11. El derecho a la rebelión
Las ventajas estabilizadoras de la convivencia cortés mencionadas anteriormente no llegan a quitar legitimidad a todas las protestas masivas a los ojos de sus protagonistas. Hay situaciones que son vividas como tan opresivas que justifican la revuelta incluso violenta.
El derecho a la rebelión es un tema recurrente en el pensamiento político de Occidente. No pensamos en el revolucionario Louis Auguste Blanqui o en los anarquistas aludiendo a quienes El Perich, humorista español, forjó la frase “A rey puesto, rey muerto”. Pensamos en Santo Tomás de Aquino, quien justificó incluso el asesinato del tirano.
Tampoco proponemos como táctica ni como objetivo estratégico la toma del Palacio de Invierno; ese momento sublime en que, como en Fausto, se puede decir “instante detente” para enseguida implantar una dictadura que impida definitivamente que el pueblo pueda cambiar de opinión.

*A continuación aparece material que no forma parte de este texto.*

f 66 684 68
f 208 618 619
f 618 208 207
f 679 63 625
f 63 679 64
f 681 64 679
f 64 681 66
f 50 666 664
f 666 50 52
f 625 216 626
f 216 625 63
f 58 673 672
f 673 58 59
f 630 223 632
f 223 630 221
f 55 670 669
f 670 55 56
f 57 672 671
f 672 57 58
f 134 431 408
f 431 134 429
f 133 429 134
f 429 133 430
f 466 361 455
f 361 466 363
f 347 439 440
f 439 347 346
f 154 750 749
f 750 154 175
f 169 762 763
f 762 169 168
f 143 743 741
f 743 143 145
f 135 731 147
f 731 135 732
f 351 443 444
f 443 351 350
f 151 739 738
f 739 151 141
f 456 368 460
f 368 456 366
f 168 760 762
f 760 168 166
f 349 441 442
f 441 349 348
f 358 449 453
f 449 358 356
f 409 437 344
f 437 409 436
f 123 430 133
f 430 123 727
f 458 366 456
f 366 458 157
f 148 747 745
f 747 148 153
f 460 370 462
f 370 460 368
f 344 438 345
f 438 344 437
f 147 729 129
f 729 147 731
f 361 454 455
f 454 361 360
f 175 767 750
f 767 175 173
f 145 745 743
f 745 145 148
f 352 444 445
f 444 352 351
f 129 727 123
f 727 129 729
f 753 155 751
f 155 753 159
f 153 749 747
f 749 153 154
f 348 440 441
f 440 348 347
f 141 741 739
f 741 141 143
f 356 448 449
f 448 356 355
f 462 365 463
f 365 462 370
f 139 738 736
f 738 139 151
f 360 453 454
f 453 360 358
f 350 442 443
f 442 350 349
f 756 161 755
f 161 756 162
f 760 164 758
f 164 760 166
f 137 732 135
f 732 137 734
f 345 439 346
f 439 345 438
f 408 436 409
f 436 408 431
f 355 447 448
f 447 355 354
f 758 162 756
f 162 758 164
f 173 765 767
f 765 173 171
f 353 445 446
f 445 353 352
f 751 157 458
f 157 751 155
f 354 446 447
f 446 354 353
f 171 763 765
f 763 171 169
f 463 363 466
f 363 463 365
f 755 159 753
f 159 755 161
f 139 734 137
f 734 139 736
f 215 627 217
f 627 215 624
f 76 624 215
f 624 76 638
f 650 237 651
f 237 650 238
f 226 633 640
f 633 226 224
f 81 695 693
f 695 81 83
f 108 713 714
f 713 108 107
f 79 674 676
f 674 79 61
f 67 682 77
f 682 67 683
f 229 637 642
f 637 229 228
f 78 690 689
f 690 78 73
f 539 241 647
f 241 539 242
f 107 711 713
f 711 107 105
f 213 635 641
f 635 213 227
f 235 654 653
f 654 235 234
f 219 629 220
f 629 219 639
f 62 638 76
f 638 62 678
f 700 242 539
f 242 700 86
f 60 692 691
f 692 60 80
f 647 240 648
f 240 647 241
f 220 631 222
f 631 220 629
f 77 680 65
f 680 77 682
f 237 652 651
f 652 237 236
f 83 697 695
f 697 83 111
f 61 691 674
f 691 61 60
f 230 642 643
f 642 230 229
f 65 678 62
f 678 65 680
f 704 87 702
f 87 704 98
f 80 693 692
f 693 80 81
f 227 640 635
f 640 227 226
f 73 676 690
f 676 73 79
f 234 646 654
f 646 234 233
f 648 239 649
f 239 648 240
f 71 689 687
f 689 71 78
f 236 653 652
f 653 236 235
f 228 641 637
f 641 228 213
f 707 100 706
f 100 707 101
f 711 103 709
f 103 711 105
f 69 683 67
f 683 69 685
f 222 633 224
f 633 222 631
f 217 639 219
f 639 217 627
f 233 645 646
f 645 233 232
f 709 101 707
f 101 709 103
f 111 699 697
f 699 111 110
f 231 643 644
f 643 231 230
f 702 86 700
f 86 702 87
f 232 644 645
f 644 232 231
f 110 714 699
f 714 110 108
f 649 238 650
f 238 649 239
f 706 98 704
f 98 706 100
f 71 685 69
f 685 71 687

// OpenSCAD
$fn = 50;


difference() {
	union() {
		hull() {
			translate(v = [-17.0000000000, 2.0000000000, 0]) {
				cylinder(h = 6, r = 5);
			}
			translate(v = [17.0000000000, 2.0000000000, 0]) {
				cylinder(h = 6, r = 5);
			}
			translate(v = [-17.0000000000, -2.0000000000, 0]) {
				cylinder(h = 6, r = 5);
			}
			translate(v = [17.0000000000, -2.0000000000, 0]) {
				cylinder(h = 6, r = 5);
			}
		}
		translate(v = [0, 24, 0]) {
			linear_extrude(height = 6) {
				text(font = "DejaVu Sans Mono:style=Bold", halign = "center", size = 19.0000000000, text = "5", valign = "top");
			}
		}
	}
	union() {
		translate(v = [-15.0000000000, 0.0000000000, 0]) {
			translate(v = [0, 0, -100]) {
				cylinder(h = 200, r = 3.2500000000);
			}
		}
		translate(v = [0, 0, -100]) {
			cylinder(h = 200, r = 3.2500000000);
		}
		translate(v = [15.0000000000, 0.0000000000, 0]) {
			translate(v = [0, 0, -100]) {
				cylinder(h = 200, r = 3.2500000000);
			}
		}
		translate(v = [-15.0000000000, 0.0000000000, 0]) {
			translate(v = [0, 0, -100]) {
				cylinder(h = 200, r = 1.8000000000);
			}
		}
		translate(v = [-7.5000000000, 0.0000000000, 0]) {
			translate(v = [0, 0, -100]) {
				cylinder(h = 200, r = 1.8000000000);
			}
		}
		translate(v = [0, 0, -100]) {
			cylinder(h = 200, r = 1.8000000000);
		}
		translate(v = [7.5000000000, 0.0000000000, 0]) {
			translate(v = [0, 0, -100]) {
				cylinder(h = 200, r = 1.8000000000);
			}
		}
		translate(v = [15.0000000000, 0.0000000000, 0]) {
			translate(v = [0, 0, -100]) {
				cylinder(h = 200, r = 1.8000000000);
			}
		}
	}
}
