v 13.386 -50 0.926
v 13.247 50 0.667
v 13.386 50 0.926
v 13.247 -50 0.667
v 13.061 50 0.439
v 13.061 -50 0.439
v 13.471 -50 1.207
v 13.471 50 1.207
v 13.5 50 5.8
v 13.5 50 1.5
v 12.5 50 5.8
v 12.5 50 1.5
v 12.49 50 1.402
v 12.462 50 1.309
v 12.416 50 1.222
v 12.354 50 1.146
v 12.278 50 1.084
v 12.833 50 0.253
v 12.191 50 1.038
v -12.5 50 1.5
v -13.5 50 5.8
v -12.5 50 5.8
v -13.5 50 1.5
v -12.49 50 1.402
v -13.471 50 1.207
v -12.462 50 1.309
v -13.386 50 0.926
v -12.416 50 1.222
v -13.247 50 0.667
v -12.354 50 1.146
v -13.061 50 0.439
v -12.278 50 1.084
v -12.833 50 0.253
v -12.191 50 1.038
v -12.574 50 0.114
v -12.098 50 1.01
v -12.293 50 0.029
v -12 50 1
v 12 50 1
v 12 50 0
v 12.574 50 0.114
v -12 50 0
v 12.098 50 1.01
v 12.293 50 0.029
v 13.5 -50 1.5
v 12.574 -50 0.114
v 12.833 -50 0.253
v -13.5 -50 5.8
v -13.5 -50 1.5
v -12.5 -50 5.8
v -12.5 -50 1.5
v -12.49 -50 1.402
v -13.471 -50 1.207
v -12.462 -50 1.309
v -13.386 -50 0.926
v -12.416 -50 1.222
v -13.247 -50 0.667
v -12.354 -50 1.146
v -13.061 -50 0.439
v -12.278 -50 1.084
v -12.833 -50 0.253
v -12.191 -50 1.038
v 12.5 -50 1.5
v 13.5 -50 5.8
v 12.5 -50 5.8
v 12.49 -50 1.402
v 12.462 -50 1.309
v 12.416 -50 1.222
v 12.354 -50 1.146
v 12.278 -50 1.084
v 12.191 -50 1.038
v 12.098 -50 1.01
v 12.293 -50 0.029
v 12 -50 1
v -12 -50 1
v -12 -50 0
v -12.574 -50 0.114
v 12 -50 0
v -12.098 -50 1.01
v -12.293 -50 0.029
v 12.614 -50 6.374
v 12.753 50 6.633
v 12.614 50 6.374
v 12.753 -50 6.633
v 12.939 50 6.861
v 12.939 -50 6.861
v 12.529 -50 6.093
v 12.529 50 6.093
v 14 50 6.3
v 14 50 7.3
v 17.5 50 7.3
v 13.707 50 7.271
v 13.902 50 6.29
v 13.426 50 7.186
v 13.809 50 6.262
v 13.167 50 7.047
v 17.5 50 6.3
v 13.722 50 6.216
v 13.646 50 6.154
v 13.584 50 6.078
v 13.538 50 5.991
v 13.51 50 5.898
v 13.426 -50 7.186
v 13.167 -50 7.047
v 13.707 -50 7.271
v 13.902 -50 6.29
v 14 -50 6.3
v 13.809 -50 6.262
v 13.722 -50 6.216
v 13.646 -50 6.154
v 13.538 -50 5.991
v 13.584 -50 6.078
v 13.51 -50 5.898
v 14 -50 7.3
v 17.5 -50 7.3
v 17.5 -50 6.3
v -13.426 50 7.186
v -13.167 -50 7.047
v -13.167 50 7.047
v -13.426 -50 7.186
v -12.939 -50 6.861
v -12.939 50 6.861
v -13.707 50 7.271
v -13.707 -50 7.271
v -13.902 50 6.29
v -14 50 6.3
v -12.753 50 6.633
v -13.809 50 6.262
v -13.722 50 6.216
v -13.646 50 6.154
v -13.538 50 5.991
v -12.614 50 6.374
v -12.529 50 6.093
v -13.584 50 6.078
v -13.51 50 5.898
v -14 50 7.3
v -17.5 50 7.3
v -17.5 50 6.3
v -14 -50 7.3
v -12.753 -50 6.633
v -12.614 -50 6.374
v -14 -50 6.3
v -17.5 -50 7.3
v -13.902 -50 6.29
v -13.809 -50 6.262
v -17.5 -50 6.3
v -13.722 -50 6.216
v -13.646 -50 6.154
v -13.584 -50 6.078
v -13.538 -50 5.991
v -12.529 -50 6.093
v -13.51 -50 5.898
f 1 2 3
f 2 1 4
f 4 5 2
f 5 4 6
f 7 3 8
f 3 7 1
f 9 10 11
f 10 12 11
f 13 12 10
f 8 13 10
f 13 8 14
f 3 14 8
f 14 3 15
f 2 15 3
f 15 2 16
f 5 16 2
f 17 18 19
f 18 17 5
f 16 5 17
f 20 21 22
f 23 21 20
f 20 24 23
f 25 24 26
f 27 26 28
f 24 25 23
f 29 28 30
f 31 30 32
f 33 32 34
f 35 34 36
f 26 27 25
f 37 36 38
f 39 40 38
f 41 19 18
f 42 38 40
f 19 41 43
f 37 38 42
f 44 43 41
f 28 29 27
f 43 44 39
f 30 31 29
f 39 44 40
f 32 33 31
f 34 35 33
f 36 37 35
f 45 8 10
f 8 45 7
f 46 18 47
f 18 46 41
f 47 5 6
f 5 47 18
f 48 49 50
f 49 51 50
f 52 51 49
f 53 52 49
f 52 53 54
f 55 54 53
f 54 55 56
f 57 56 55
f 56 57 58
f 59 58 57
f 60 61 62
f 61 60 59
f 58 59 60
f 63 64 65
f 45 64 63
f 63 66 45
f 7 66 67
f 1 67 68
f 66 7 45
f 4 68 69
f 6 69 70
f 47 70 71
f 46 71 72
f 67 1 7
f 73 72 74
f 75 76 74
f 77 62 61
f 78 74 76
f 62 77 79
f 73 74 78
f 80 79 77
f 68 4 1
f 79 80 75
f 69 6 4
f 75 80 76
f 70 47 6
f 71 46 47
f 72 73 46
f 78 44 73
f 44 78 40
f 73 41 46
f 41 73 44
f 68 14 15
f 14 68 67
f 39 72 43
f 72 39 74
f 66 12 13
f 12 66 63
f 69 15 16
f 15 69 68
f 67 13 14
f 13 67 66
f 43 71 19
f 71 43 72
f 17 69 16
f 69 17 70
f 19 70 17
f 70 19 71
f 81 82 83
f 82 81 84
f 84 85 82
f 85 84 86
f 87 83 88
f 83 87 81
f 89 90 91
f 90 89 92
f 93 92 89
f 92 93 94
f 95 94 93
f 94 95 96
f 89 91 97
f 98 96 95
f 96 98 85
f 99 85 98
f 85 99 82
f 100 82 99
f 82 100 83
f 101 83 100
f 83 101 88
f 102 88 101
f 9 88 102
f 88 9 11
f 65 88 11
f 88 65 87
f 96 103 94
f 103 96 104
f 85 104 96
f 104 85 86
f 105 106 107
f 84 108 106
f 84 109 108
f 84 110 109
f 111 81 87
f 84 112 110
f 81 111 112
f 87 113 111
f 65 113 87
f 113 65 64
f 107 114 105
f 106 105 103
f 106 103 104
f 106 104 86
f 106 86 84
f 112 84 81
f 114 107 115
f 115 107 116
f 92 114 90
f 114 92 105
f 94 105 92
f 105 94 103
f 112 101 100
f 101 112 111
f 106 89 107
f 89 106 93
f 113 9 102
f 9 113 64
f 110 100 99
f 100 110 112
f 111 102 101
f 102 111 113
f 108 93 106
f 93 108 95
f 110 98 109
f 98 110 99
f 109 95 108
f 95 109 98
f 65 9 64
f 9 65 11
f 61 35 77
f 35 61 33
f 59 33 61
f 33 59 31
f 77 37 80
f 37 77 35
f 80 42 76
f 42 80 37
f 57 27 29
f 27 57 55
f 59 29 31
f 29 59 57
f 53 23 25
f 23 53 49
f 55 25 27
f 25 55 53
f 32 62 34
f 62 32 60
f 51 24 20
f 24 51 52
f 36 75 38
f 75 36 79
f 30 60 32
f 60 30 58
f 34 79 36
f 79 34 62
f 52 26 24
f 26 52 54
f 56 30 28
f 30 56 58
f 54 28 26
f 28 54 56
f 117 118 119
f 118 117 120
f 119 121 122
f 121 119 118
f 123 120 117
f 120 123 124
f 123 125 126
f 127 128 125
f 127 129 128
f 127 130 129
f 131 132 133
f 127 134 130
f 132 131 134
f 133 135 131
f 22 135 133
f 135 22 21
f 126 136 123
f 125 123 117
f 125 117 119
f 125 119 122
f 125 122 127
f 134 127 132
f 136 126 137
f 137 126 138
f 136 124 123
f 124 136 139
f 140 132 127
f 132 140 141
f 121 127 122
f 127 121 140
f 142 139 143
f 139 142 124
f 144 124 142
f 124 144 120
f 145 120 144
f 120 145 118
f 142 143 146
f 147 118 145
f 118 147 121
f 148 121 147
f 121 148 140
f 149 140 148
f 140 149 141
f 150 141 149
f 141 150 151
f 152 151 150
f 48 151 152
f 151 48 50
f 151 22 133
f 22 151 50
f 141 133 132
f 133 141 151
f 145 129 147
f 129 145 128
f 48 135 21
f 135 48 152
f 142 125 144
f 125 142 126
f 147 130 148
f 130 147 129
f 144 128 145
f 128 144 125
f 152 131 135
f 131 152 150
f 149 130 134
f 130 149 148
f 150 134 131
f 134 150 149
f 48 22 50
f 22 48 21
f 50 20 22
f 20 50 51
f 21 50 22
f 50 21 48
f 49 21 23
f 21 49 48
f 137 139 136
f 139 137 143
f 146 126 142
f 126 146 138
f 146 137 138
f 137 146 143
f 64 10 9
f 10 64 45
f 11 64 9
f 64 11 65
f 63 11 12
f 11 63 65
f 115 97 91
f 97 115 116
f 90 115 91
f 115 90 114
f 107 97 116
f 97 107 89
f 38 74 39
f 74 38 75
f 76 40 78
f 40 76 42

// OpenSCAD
// file: linurs_body.scad
// linurs body
// body lets create mode advanced bodies as the standard ones from OpenSCAD as cube cylinder sphere and polyhedron

module prism(face=[[0,0],[1,0],[0,1]], h=1, center=false){  
  linear_extrude(height = h, center = center)
  polygon(points = [ face[0], face[1], face[2]], paths = [ [0, 1, 2]]);   
}
//prism();

module roundcube(size=[1,1,1], r=0.1, center=false, $fn=8){
  t = center==true ? 0 : 1; 
  translate([size[0]/2*t,size[1]/2*t,size[2]/2*t])
  union(){
    cube(size=[size[0],size[1]-2*r,size[2]-2*r],center=true);
    cube(size=[size[0]-2*r,size[1],size[2]-2*r],center=true);
    cube(size=[size[0]-2*r,size[1]-2*r,size[2]],center=true);

    for(x=[-size[0]/2+r,size[0]/2-r]){
      for(y=[-size[1]/2+r,size[1]/2-r]){
        translate([x,y,0])
          cylinder(r=r,h=size[2]-2*r, center=true,$fn=$fn);   
      }
    }

    for(x=[-size[0]/2+r,size[0]/2-r]){
      for(z=[-size[2]/2+r,size[2]/2-r]){
        translate([x,0,z])
          rotate([90,0,0])
          cylinder(r=r,h=size[1]-2*r, center=true,$fn=$fn);   
      }
    }


    for(y=[-size[1]/2+r,size[1]/2-r]){
      for(z=[-size[2]/2+r,size[2]/2-r]){
        translate([0,y,z])
          rotate([0,90,0])
          cylinder(r=r,h=size[0]-2*r, center=true,$fn=$fn);   
      }
    }

    for(x=[-size[0]/2+r,size[0]/2-r]){
      for(y=[-size[1]/2+r,size[1]/2-r]){
        for(z=[-size[2]/2+r,size[2]/2-r]){
          translate([x,y,z])
            sphere(r=r, center=true,$fn=$fn);   
        }
      }
    }
  }
}

module channel(d1=1,d2=3,h=10,a=90, center=false, $fn=32){
   intersection(){     
            difference(){
                cylinder(d=d2,h=h,center=true,$fn=$fn);
                cylinder(d=d1,h=2*h,center=true,$fn=$fn);      
            }
            if((a<180)&&(a>0)){
               t=0.5*d2*tan(a/2); 
               linear_extrude(height=2*h, center = true){
                   polygon(points=[
                                  [0,0],
                                  [d2/2,t],
                                  [d2/2,-t]
                                  ], paths=[[0,1,2]]);       
                }
            }    
            else if(a==180){
               translate([0,d2/2,0])cube([d2/2,d2,2*h]); 
            }    
   }
}

module springelement(x=0, y=0, t=1, s=2, x1=0, y1=0, a=0, l=10, m=0, e=0){
    h=1.5*s/tan(a);
    mirror([m,0,0])translate([-x,y,0]){
        rotate([0,0,180])channel(d1=2,
                d2=3*s,
                h=t,
                a=180-2*a);
        if(e==0){
                translate([x1,y1,-t/2])rotate([0,0,a])cube([l,s,t]);
        }        
    }
}    


module spring(s=2,d=[10,10,1],n=2){
//x center x
//y center y
//z tickness    
//s width of spring rods
    r1=s/2;
    r2=1.5*s;
    
    xi=d.x-3*s; // inner x circle center x
    yi=(d.y-3*s)/n/2;     // inner x circle center x
         
    c=sqrt(pow(xi,2)+pow(yi,2)); // distance between center
    c1=c/(1+r2/r1); // where spring rod cuts line between the two circle centers
    l1=sqrt(pow(c1,2)-pow(r1,2));    
    c2=c-c1;
    l2=sqrt(pow(c2,2)-pow(r2,2));
    l=l1+l2;
    a1=atan(yi/xi);
    a2=acos(r1/c1);
    a3=180-a2-a1;
    a4=90-a3;
    x1=-r1*cos(a3);
    y1=r1*sin(a3);
    
 
    translate([1.5*s,1.5*s,d.z/2]){
    for(i=[0:n-1]){
           springelement(x=0,y=i*yi*2,s=s,t=d.z, x1=x1, y1=y1, a=a4, l=l, m=0);        
    }
    for(i=[0:n-1]){
           springelement(x=xi,y=(2*i+1)*yi,s=s, t=d.z, x1=x1, y1=y1, a=a4, l=l, m=1);        
    }
    springelement(x=0,y=d.y-3*s,s=s,t=d.z, x1=x1, y1=y1, a=a4, l=l, m=0, e=1);
    }
    for(i=[0,1]){
      translate([0,i*d.y,0])mirror([0,i,0])difference(){
          cube([d.x,1.5*s,d.z]);
          translate([1.5*s,1.5*s,0])cylinder(d=s,h=3*d.z,center=true,$fn=32);
      } 
    }    
}



//
roundcube(size=[1,2,3],center=true, $fn=16);
//
translate([0,5,0])prism(h=10,center=true);
//
translate([0,10,0])channel();
//
translate([0,15,0]) spring(d=[10,30,4],n=2, s=2);
// file: dinrail_dim.scad
// din rail
dinrail_w1=35;
dinrail_w2=27;
dinrail_h=7.3;
dinrail_t=1;
dinrail_r=0.5; // inner bending radius
// main file
// din rail

include <dinrail_dim.scad>
use <linurs_body.scad>

module dinrail(l=100)
{   
  translate([0,0,dinrail_t/2])
    cube([dinrail_w2-2*dinrail_r-2*dinrail_t,
          l,
          dinrail_t],center=true);
          
  for(i=[-1,1]){
    translate([i*(dinrail_w2-dinrail_t)/2,
               0,
               dinrail_h/2])
      cube([dinrail_t,l,dinrail_h-2*dinrail_r-2*dinrail_t],
           center=true);  
      
    translate([i*(dinrail_w2/2+(dinrail_w1-dinrail_w2)/4+dinrail_r/2),
               0,
               dinrail_h-dinrail_t/2])
      cube([(dinrail_w1-dinrail_w2)/2-dinrail_r,l,dinrail_t],
           center=true);
      
    translate([i*(-dinrail_w2/2+dinrail_r+dinrail_t),
               0,
               dinrail_r+dinrail_t])
      rotate([90,90+i*45,0])  
      channel(d1=dinrail_r*2,d2=(dinrail_r+dinrail_t)*2,h=l,a=90);  
      
    translate([i*(-dinrail_w2/2-dinrail_r),
               0,
               dinrail_h-dinrail_r-dinrail_t])
      rotate([90,-90+i*45,0])  
      channel(d1=dinrail_r*2,d2=(dinrail_r+dinrail_t)*2,h=l,a=90);       
  }
}

dinrail();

12. La excepción es parte de la norma
Simplemente, de manera empírica recordamos que la realidad también contiene esos estallidos. Que provocan, pero también son expresión de mucho sufrimiento. Que a veces deterioran o incluso acaban con regímenes democráticos. Y a veces es una lástima, porque valía la pena conservarlos. Pero generalmente el deterioro es previo.